High-level Architecture#

The high-level architecture of Edge Infrastructure Manager components involved in the onboarding and provisioning is depicted below:

High-Level Architecture of Onboarding and Provisioning Subsystem

At high-level, the Edge Infrastructure Manager’s Onboarding and Provisioning relies on the following concepts:

  • It assumes the pull-based (call-to-home) communication model meaning that Edge Nodes should initiate the onboarding and provisioning process.

  • The onboarding and provisioning is initiated via iPXE, an open-source, scriptable and configurable bootloader capable of booting from many sources (e.g., TFTP, USB devices, UEFI binary). It can also chain load other systems and scripts, over many protocols including HTTPS. More details about iPXE can be found at ipxe.org.

  • The iPXE script can be either started via BIOS UEFI (HTTPS boot), or from the USB device (USB boot).

  • Micro-OS - a lightweight, in-memory, Linux*-based OS - is used during the installation process to run services responsible for downloading and installing the target OS. Currently, we use HookOS from the Tinkerbell project as the only supported Micro-OS.
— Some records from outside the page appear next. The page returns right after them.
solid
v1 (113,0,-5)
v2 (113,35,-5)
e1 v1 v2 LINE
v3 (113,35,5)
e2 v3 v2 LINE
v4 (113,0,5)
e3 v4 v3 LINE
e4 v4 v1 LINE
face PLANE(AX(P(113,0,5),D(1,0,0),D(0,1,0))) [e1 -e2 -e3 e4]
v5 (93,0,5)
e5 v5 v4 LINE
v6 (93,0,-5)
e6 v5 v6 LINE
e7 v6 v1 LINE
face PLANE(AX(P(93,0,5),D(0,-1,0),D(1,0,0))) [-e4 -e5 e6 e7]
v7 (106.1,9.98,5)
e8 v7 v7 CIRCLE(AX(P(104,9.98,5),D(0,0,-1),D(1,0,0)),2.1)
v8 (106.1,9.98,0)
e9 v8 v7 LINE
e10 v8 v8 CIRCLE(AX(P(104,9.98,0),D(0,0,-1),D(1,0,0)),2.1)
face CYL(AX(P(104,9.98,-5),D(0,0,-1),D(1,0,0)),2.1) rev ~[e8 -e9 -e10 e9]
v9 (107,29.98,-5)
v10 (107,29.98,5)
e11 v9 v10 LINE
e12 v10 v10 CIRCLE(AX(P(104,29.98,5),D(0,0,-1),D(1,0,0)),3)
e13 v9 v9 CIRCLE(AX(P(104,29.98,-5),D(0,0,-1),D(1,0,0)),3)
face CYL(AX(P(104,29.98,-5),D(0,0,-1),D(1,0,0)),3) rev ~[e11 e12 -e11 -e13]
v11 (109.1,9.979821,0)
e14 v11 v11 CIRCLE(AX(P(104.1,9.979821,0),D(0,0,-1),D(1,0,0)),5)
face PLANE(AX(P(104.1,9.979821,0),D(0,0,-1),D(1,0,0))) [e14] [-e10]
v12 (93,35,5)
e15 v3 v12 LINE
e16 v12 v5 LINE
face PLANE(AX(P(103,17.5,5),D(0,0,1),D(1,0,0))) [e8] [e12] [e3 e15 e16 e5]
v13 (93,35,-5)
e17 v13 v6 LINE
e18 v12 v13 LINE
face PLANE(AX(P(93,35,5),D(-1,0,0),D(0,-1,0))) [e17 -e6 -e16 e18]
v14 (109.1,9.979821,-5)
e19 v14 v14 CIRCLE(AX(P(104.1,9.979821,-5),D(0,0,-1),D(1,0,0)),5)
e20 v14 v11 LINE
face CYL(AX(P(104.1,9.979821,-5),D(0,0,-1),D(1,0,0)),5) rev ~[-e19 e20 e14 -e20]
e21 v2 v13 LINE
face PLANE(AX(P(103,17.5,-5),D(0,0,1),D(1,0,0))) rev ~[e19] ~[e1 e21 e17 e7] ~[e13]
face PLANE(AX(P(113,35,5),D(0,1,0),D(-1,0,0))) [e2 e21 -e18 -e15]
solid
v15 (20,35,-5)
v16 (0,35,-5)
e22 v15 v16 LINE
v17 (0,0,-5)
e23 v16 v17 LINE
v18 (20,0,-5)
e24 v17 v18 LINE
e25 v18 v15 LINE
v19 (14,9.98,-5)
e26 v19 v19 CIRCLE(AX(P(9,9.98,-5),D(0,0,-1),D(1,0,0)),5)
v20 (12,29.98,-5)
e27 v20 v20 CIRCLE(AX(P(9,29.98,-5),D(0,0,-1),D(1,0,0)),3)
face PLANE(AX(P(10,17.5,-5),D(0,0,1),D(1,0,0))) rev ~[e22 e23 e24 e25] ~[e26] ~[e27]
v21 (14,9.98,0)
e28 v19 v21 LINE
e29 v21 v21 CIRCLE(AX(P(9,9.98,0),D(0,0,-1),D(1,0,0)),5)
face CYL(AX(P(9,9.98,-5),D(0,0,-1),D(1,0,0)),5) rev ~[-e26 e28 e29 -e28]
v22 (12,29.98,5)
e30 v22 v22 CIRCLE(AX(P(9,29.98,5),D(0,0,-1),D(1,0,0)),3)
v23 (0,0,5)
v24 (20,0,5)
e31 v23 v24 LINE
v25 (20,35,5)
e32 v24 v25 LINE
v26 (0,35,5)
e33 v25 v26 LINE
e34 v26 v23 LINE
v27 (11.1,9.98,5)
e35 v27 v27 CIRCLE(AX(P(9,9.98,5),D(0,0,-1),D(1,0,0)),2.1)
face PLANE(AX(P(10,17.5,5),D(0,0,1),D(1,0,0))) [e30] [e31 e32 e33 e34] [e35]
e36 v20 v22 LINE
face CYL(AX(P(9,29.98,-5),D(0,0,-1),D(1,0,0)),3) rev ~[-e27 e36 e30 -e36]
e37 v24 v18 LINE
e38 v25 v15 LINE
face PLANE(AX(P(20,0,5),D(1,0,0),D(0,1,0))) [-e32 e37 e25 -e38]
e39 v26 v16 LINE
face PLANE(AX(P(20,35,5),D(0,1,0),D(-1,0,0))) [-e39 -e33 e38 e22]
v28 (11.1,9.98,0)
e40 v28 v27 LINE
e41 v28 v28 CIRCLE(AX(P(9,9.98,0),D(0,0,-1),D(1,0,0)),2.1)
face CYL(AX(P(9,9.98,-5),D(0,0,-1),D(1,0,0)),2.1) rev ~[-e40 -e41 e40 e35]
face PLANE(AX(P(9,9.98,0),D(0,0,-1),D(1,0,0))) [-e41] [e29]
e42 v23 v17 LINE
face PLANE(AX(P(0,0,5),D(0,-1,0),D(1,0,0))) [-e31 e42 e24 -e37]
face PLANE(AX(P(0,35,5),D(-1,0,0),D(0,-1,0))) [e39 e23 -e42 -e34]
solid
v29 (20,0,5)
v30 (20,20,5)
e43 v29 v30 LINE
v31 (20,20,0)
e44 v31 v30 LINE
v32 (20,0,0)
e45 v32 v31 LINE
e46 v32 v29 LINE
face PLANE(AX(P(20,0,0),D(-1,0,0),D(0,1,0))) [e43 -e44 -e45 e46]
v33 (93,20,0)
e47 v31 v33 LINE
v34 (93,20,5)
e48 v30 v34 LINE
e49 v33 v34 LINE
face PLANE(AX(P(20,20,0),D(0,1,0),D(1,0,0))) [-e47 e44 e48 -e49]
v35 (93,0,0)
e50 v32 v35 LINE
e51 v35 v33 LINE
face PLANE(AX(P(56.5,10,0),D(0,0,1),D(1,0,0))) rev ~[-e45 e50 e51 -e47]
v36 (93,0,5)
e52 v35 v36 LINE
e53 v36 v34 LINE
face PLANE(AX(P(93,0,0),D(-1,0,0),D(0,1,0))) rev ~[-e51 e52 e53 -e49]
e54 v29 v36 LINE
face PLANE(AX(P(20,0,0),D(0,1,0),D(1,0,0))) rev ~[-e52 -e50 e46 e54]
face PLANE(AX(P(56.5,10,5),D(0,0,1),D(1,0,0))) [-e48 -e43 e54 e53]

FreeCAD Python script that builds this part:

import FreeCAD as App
import Part
import Sketcher
from FreeCAD import Vector
Q = App.Units.Quantity

doc = App.newDocument("Part")
body = doc.addObject("PartDesign::Body", "Body")

sketch1 = doc.addObject("Sketcher::SketchObject", "Sketch")
body.addObject(sketch1)
sketch1.AttachmentSupport = (doc.XY_Plane, [""])
sketch1.MapMode = "FlatFace"
sketch1.addGeometry(Part.LineSegment(Vector(20, 20, 0), Vector(20, 0, 0)), False)
sketch1.addGeometry(Part.LineSegment(Vector(20, 0, 0), Vector(93, 0, 0)), False)
sketch1.addGeometry(Part.LineSegment(Vector(93, 0, 0), Vector(93, 20, 0)), False)
sketch1.addGeometry(Part.LineSegment(Vector(93, 20, 0), Vector(20, 20, 0)), False)
sketch1.addConstraint(Sketcher.Constraint("Coincident", 0, 2, 1, 1))
sketch1.addConstraint(Sketcher.Constraint("Coincident", 1, 2, 2, 1))
sketch1.addConstraint(Sketcher.Constraint("Coincident", 2, 2, 3, 1))
sketch1.addConstraint(Sketcher.Constraint("Coincident", 3, 2, 0, 1))
sketch1.addConstraint(Sketcher.Constraint("Vertical", 0))
sketch1.addConstraint(Sketcher.Constraint("Horizontal", 1))
sketch1.addConstraint(Sketcher.Constraint("Vertical", 2))
sketch1.addConstraint(Sketcher.Constraint("Horizontal", 3))
sketch1.addConstraint(Sketcher.Constraint("PointOnObject", 0, 2, -1))
sketch1.addConstraint(Sketcher.Constraint("DistanceX", 1, 1, 1, 2, Q("73 mm")))
sketch1.addConstraint(Sketcher.Constraint("DistanceY", 0, 2, 0, 1, Q("20 mm")))
sketch1.addConstraint(Sketcher.Constraint("DistanceX", -1, 1, 0, 2, Q("20 mm")))
pad1 = doc.addObject("PartDesign::Pad", "Pad")
body.addObject(pad1)
pad1.Profile = sketch1
pad1.Length = 5
body2 = doc.addObject("PartDesign::Body", "Body001")
body2.AllowCompound = True

sketch2 = doc.addObject("Sketcher::SketchObject", "Sketch001")
body2.addObject(sketch2)
sketch2.AttachmentSupport = (doc.getObject("XY_Plane001"), [""])
sketch2.MapMode = "FlatFace"
sketch2.AttachmentOffset = App.Placement(Vector(0, 0, 5), App.Rotation())
sketch2.addGeometry(Part.LineSegment(Vector(0, 35, 0), Vector(0, 0, 0)), False)
sketch2.addGeometry(Part.LineSegment(Vector(0, 0, 0), Vector(20, 0, 0)), False)
sketch2.addGeometry(Part.LineSegment(Vector(20, 0, 0), Vector(20, 35, 0)), False)
sketch2.addGeometry(Part.LineSegment(Vector(20, 35, 0), Vector(0, 35, 0)), False)
sketch2.addGeometry(Part.LineSegment(Vector(93, 0, 0), Vector(113, 0, 0)), False)
sketch2.addGeometry(Part.LineSegment(Vector(113, 0, 0), Vector(113, 35, 0)), False)
sketch2.addGeometry(Part.LineSegment(Vector(113, 35, 0), Vector(93, 35, 0)), False)
sketch2.addGeometry(Part.LineSegment(Vector(93, 35, 0), Vector(93, 0, 0)), False)
sketch2.addConstraint(Sketcher.Constraint("Coincident", 0, 2, 1, 1))
sketch2.addConstraint(Sketcher.Constraint("Coincident", 1, 2, 2, 1))
sketch2.addConstraint(Sketcher.Constraint("Coincident", 2, 2, 3, 1))
sketch2.addConstraint(Sketcher.Constraint("Coincident", 3, 2, 0, 1))
sketch2.addConstraint(Sketcher.Constraint("Coincident", 4, 2, 5, 1))
sketch2.addConstraint(Sketcher.Constraint("Coincident", 5, 2, 6, 1))
sketch2.addConstraint(Sketcher.Constraint("Coincident", 6, 2, 7, 1))
sketch2.addConstraint(Sketcher.Constraint("Coincident", 7, 2, 4, 1))
sketch2.addConstraint(Sketcher.Constraint("Vertical", 0))
sketch2.addConstraint(Sketcher.Constraint("Horizontal", 1))
sketch2.addConstraint(Sketcher.Constraint("Vertical", 2))
sketch2.addConstraint(Sketcher.Constraint("Horizontal", 3))
sketch2.addConstraint(Sketcher.Constraint("Horizontal", 4))
sketch2.addConstraint(Sketcher.Constraint("Vertical", 5))
sketch2.addConstraint(Sketcher.Constraint("Horizontal", 6))
sketch2.addConstraint(Sketcher.Constraint("Vertical", 7))
sketch2.addConstraint(Sketcher.Constraint("Coincident", 0, 2, -1, 1))
sketch2.addConstraint(Sketcher.Constraint("PointOnObject", 4, 2, -1))
sketch2.addConstraint(Sketcher.Constraint("Horizontal", 3, 2, 5, 2))
sketch2.addConstraint(Sketcher.Constraint("Equal", 3, 4))
sketch2.addConstraint(Sketcher.Constraint("DistanceX", 1, 1, 1, 2, Q("20 mm")))
sketch2.addConstraint(Sketcher.Constraint("DistanceY", 0, 2, 0, 1, Q("35 mm")))
sketch2.addConstraint(Sketcher.Constraint("DistanceX", -1, 1, 4, 2, Q("113 mm")))
pad2 = doc.addObject("PartDesign::Pad", "Pad001")
body2.addObject(pad2)
pad2.Profile = sketch2
pad2.Length = 10
pad2.Reversed = True

sketch3 = doc.addObject("Sketcher::SketchObject", "Sketch002")
body2.addObject(sketch3)
sketch3.AttachmentSupport = (doc.getObject("XY_Plane001"), [""])
sketch3.MapMode = "FlatFace"
sketch3.AttachmentOffset = App.Placement(Vector(0, 0, -5), App.Rotation())
sketch3.addGeometry(Part.Circle(Vector(9, 10, 0), Vector(0, 0, 1), 2.1), False)
sketch3.addGeometry(Part.Circle(Vector(9, 30, 0), Vector(0, 0, 1), 3), False)
sketch3.addGeometry(Part.Circle(Vector(104, 10, 0), Vector(0, 0, 1), 2.1), False)
sketch3.addGeometry(Part.Circle(Vector(104, 30, 0), Vector(0, 0, 1), 3), False)
sketch3.addConstraint(Sketcher.Constraint("Equal", 0, 2))
sketch3.addConstraint(Sketcher.Constraint("Equal", 1, 3))
sketch3.addConstraint(Sketcher.Constraint("Horizontal", 0, 3, 2, 3))
sketch3.addConstraint(Sketcher.Constraint("Horizontal", 1, 3, 3, 3))
sketch3.addConstraint(Sketcher.Constraint("Vertical", 0, 3, 1, 3))
sketch3.addConstraint(Sketcher.Constraint("Vertical", 2, 3, 3, 3))
sketch3.addConstraint(Sketcher.Constraint("Diameter", 1, Q("6 mm")))
sketch3.addConstraint(Sketcher.Constraint("Diameter", 0, Q("4.2 mm")))
sketch3.addConstraint(Sketcher.Constraint("DistanceX", -1, 1, 0, 3, Q("9 mm")))
sketch3.addConstraint(Sketcher.Constraint("DistanceX", -1, 1, 2, 3, Q("104 mm")))
sketch3.addConstraint(Sketcher.Constraint("DistanceY", 0, 3, 1, 3, Q("20 mm")))
sketch3.addConstraint(Sketcher.Constraint("DistanceY", -1, 1, 0, 3, Q("9.98 mm")))
pocket1 = doc.addObject("PartDesign::Pocket", "Pocket")
body2.addObject(pocket1)
pocket1.Profile = sketch3
pocket1.Length = 25
pocket1.Reversed = True

sketch4 = doc.addObject("Sketcher::SketchObject", "Sketch003")
body2.addObject(sketch4)
sketch4.AttachmentSupport = (doc.getObject("XY_Plane001"), [""])
sketch4.MapMode = "FlatFace"
sketch4.AttachmentOffset = App.Placement(Vector(0, 0, -5), App.Rotation())
sketch4.addGeometry(Part.Circle(Vector(9, 10, 0), Vector(0, 0, 1), 5), False)
sketch4.addGeometry(Part.Circle(Vector(9, 10, 0), Vector(0, 0, 1), 2.1), False)
sketch4.addGeometry(Part.Circle(Vector(104.1, 10, 0), Vector(0, 0, 1), 5), False)
sketch4.addConstraint(Sketcher.Constraint("Coincident", 1, 3, 0, 3))
sketch4.addConstraint(Sketcher.Constraint("Equal", 0, 2))
sketch4.addConstraint(Sketcher.Constraint("Diameter", 0, Q("10 mm")))
sketch4.addConstraint(Sketcher.Constraint("Diameter", 1, Q("4.2 mm")))
sketch4.addConstraint(Sketcher.Constraint("DistanceX", -1, 1, 0, 3, Q("9 mm")))
sketch4.addConstraint(Sketcher.Constraint("DistanceX", -1, 1, 2, 3, Q("104.1 mm")))
sketch4.addConstraint(Sketcher.Constraint("DistanceY", -1, 1, 0, 3, Q("9.98 mm")))
sketch4.addConstraint(Sketcher.Constraint("DistanceY", -1, 1, 2, 3, Q("9.979821 mm")))
pocket2 = doc.addObject("PartDesign::Pocket", "Pocket001")
body2.addObject(pocket2)
pocket2.Profile = sketch4
pocket2.Length = 5
pocket2.Reversed = True

doc.recompute()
  • Tinkerbell, an open-source provisioning engine, is used to execute the target OS installation process. In particular, the Tinkerbell worker running in Micro-OS downloads target OS image, writes it to the disk partition and injects all installation scripts that are executed post-boot.

  • Edge Node Agents are distributed as OS packages and run as systemd services on the target OS. They are either baked into the OS image (in the case of immutable OSes, like Edge Microvisor Toolkit) or installed once the target OS is booted (mutable OSes, like Ubuntu OS).

  • The OS configuration is provided to Edge Nodes via cloud-init that is executed at the target OS boot time and provides all necessary configuration (JWT credentials, certificates, orchestrator URLs, etc.) for Edge Node Agents to connect to the Edge Orchestrator.

On the Edge Orchestrator side, the following components are involved in the onboarding and provisioning:

  • Onboarding Manager - the main component that is responsible for coordination of the onboarding and provisioning process. It exposes southbound gRPC interfaces for node onboarding (device discovery) initiated by Edge Nodes, and communicates with Inventory to create and/or update information about Edge Node devices. Moreover, it curates and creates the Tinkerbell CRD objects (Hardware, Template, and Workflow) to drive the provisioning process (OS installation). It is also responsible for updating current status of onboarding and provisioning operations.

  • Dynamic Kit Adaptation Module (DKAM) - an Edge Orchestrator service that curates, builds and signs the OS installation artifacts, including iPXE binaries and Micro-OS image. DKAM is only involved during the initial Edge Orchestrator deployment or when the Edge Orchestrator certificates or Secure Boot keys are refreshed. The role of DKAM is to curate the Micro-OS image and the iPXE script with a runtime configuration (e.g., orchestrator URLs, certificate) that is specific to a given Edge Orchestrator instance. Once curated, it builds the installation artifacts, signs them with Secure Boot keys and orchestrator certificate, and saves to the K8s Persistent Volume Claim that stores all OS installation artifacts.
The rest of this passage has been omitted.